Stored data:
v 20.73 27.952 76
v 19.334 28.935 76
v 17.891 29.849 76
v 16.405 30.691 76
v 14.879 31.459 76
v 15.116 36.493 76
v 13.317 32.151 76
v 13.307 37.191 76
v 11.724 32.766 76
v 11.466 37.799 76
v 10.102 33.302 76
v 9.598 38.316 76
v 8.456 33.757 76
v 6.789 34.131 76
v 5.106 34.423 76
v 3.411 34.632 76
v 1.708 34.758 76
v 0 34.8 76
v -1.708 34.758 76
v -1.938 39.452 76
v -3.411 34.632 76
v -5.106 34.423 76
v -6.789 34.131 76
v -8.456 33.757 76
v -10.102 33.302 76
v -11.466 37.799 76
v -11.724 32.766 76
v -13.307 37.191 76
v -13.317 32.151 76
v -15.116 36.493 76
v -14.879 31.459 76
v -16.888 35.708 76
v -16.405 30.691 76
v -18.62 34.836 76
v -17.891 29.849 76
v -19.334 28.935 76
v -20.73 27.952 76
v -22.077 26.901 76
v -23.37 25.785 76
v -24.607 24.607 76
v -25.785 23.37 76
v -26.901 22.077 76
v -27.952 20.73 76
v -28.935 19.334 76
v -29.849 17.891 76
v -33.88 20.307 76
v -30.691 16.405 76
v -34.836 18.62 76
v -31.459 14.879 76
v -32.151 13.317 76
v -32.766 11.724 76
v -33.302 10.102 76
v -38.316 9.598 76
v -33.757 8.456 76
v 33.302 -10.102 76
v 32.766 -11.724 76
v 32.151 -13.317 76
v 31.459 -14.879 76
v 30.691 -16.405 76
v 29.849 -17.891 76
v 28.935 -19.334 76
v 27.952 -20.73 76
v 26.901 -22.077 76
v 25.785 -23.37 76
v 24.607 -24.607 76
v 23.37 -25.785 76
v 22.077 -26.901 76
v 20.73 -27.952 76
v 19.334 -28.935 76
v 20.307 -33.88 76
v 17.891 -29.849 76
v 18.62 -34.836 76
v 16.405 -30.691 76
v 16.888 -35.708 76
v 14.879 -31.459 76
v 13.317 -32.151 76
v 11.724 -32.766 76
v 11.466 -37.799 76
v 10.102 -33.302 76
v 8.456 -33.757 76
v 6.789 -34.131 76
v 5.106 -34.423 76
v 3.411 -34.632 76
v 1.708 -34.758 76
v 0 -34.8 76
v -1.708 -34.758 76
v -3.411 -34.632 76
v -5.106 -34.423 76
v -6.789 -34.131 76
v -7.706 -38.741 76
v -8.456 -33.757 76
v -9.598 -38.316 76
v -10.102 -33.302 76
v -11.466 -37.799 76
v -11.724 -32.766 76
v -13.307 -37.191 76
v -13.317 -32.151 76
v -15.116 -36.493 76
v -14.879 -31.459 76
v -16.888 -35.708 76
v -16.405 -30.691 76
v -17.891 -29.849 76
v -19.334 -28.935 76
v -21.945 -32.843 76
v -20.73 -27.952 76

...

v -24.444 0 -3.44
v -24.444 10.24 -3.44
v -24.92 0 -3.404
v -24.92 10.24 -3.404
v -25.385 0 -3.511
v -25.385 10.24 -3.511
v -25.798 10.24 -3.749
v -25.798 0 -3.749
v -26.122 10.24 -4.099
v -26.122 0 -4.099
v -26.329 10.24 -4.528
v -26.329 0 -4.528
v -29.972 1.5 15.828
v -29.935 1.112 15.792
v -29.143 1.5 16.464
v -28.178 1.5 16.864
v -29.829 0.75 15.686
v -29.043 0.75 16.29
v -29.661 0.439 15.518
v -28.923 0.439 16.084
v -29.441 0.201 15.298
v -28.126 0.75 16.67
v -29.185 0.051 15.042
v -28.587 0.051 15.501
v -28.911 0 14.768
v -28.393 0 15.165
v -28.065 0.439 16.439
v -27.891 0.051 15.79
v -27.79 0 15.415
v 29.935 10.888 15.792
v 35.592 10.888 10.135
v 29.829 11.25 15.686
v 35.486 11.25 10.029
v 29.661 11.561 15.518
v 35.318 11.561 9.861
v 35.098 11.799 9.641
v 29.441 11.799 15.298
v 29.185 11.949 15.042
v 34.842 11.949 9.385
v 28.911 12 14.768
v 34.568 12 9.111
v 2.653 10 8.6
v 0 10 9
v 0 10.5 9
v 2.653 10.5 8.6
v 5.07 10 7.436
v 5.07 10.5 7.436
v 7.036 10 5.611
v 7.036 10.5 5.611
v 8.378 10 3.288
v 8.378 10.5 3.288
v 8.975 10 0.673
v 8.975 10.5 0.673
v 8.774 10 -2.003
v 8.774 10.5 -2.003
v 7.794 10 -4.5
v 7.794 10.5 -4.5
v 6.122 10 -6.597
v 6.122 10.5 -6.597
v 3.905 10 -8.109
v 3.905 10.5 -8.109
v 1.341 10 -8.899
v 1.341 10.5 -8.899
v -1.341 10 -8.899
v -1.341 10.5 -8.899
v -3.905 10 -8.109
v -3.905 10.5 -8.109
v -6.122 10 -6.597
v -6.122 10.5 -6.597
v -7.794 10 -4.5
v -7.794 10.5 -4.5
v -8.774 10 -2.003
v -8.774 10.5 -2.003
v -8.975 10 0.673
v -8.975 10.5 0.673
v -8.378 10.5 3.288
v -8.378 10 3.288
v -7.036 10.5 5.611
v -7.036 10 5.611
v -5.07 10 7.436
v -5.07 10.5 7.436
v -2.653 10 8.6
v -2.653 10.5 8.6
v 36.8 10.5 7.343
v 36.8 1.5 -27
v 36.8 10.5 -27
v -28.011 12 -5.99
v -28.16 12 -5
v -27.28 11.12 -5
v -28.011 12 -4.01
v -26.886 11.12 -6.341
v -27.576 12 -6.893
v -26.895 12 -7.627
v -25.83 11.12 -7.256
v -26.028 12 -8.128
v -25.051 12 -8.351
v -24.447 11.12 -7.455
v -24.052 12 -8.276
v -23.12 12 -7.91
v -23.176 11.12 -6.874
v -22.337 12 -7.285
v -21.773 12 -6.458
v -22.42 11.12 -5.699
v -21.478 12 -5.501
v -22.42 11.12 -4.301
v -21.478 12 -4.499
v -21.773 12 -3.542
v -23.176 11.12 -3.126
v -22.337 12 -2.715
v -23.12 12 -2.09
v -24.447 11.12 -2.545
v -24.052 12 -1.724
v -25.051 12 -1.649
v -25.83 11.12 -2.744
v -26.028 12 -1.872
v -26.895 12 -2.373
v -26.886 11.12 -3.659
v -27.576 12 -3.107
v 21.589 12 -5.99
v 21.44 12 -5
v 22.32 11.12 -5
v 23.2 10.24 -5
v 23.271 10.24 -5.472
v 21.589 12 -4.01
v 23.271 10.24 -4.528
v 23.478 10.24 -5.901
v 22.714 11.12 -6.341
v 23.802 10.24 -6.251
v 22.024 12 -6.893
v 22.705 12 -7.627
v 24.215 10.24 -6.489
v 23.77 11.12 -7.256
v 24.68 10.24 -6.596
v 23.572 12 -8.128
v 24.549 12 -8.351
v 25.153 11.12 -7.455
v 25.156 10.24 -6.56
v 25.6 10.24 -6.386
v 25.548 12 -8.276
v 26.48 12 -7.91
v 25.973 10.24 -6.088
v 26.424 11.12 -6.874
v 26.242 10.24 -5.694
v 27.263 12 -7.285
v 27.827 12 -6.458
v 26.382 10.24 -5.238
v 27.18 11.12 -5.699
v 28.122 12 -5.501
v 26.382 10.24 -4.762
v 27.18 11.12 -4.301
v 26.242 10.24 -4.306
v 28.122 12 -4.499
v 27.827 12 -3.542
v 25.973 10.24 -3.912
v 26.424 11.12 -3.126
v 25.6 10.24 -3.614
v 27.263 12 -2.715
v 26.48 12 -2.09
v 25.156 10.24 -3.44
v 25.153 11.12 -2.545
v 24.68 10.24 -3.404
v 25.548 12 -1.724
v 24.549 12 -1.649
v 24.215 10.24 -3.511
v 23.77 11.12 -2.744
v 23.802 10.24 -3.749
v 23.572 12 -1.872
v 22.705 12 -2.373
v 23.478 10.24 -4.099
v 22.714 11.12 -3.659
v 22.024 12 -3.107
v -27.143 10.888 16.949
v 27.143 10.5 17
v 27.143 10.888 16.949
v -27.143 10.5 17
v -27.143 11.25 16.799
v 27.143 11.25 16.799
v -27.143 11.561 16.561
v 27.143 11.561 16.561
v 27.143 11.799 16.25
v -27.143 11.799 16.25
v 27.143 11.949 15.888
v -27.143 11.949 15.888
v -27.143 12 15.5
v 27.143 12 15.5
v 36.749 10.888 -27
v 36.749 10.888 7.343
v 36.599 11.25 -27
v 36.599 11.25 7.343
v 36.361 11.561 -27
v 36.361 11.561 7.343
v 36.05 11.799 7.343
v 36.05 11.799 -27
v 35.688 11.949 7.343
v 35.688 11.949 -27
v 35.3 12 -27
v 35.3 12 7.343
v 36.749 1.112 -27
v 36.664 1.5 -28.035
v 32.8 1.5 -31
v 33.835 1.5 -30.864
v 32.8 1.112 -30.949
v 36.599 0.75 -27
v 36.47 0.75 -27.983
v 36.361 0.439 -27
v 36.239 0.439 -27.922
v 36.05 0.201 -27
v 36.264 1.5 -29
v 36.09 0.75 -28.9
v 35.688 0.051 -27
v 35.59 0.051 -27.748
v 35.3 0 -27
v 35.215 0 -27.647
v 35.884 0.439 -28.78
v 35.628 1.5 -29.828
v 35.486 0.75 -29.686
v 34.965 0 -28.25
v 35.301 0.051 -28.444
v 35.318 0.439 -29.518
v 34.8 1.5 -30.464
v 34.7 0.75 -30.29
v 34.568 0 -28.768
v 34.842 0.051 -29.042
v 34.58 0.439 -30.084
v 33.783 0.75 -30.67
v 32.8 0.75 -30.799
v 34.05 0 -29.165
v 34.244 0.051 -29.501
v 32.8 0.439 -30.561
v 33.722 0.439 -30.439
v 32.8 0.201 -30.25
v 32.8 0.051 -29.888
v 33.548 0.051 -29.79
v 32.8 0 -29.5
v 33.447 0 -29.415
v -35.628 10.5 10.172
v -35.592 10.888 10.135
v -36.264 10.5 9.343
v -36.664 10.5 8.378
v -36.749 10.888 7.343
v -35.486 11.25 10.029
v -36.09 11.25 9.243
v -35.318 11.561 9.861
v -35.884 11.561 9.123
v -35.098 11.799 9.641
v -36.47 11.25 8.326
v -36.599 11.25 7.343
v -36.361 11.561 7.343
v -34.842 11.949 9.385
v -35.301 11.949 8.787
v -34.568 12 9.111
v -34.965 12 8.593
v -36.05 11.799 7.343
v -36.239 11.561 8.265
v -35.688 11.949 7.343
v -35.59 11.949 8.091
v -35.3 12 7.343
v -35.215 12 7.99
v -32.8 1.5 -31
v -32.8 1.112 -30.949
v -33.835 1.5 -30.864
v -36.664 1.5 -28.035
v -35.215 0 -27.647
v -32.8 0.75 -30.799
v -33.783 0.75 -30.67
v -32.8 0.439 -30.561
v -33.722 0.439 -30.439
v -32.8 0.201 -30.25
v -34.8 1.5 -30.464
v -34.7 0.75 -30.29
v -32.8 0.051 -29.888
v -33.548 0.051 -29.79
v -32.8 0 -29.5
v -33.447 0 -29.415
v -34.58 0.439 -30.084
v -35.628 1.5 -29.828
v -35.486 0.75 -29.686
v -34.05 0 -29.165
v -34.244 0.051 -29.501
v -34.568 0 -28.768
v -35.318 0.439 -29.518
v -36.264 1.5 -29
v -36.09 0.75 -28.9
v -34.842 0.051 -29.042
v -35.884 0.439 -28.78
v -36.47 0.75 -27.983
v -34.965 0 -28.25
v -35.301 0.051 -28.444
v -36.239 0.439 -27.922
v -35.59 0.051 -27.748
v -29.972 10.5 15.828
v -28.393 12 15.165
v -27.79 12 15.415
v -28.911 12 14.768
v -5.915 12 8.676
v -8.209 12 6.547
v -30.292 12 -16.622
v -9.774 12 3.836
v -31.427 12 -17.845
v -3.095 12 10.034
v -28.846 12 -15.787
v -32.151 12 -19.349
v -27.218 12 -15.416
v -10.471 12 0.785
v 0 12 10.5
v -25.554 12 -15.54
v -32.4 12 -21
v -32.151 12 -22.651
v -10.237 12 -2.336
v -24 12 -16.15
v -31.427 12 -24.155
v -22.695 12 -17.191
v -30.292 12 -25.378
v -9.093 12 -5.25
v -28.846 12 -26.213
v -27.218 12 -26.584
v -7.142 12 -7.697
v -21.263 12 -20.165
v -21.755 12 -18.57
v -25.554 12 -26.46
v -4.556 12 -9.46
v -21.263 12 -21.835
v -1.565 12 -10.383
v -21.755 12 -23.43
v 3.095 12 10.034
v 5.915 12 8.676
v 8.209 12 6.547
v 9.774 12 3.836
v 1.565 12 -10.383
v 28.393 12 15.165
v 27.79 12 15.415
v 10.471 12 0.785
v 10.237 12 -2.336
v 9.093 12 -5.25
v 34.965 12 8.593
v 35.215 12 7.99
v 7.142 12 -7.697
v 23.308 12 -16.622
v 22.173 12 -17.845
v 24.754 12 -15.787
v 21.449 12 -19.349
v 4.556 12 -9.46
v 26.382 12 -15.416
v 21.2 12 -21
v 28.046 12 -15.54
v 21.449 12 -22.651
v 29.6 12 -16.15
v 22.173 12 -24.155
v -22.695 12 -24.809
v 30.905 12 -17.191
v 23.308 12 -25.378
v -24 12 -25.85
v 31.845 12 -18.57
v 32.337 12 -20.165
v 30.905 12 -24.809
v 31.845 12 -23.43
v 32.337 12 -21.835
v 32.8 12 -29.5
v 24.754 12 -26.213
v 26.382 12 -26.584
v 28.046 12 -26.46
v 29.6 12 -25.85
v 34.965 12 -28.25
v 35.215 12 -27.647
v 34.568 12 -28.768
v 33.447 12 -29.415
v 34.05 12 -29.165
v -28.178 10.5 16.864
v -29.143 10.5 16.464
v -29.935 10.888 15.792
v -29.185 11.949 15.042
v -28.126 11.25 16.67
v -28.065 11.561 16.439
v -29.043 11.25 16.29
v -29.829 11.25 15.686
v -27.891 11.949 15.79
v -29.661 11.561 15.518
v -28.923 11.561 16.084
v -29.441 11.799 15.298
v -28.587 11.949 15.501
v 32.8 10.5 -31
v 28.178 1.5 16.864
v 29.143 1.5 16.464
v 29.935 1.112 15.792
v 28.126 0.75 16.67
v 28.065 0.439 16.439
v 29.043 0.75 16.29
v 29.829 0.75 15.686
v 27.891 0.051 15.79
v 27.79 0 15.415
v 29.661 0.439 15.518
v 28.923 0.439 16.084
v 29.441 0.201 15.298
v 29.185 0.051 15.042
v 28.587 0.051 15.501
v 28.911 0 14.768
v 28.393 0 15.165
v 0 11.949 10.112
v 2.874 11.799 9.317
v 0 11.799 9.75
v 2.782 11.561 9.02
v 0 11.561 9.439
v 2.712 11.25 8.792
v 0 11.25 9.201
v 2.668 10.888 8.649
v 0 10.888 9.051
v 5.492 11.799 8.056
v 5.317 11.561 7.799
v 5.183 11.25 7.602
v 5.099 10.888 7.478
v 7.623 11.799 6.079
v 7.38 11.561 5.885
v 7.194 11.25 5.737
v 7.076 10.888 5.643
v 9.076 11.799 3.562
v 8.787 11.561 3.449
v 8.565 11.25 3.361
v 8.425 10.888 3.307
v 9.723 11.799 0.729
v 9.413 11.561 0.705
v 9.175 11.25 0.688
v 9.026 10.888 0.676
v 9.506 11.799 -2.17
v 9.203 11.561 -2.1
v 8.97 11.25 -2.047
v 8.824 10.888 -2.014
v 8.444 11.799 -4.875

Task details - Write down exactly the span of lines above from the one containing "v 20.73 27.952 76" to the one containing "v -22.077 26.901 76", both ends included.

Exercise response -
v 20.73 27.952 76
v 19.334 28.935 76
v 17.891 29.849 76
v 16.405 30.691 76
v 14.879 31.459 76
v 15.116 36.493 76
v 13.317 32.151 76
v 13.307 37.191 76
v 11.724 32.766 76
v 11.466 37.799 76
v 10.102 33.302 76
v 9.598 38.316 76
v 8.456 33.757 76
v 6.789 34.131 76
v 5.106 34.423 76
v 3.411 34.632 76
v 1.708 34.758 76
v 0 34.8 76
v -1.708 34.758 76
v -1.938 39.452 76
v -3.411 34.632 76
v -5.106 34.423 76
v -6.789 34.131 76
v -8.456 33.757 76
v -10.102 33.302 76
v -11.466 37.799 76
v -11.724 32.766 76
v -13.307 37.191 76
v -13.317 32.151 76
v -15.116 36.493 76
v -14.879 31.459 76
v -16.888 35.708 76
v -16.405 30.691 76
v -18.62 34.836 76
v -17.891 29.849 76
v -19.334 28.935 76
v -20.73 27.952 76
v -22.077 26.901 76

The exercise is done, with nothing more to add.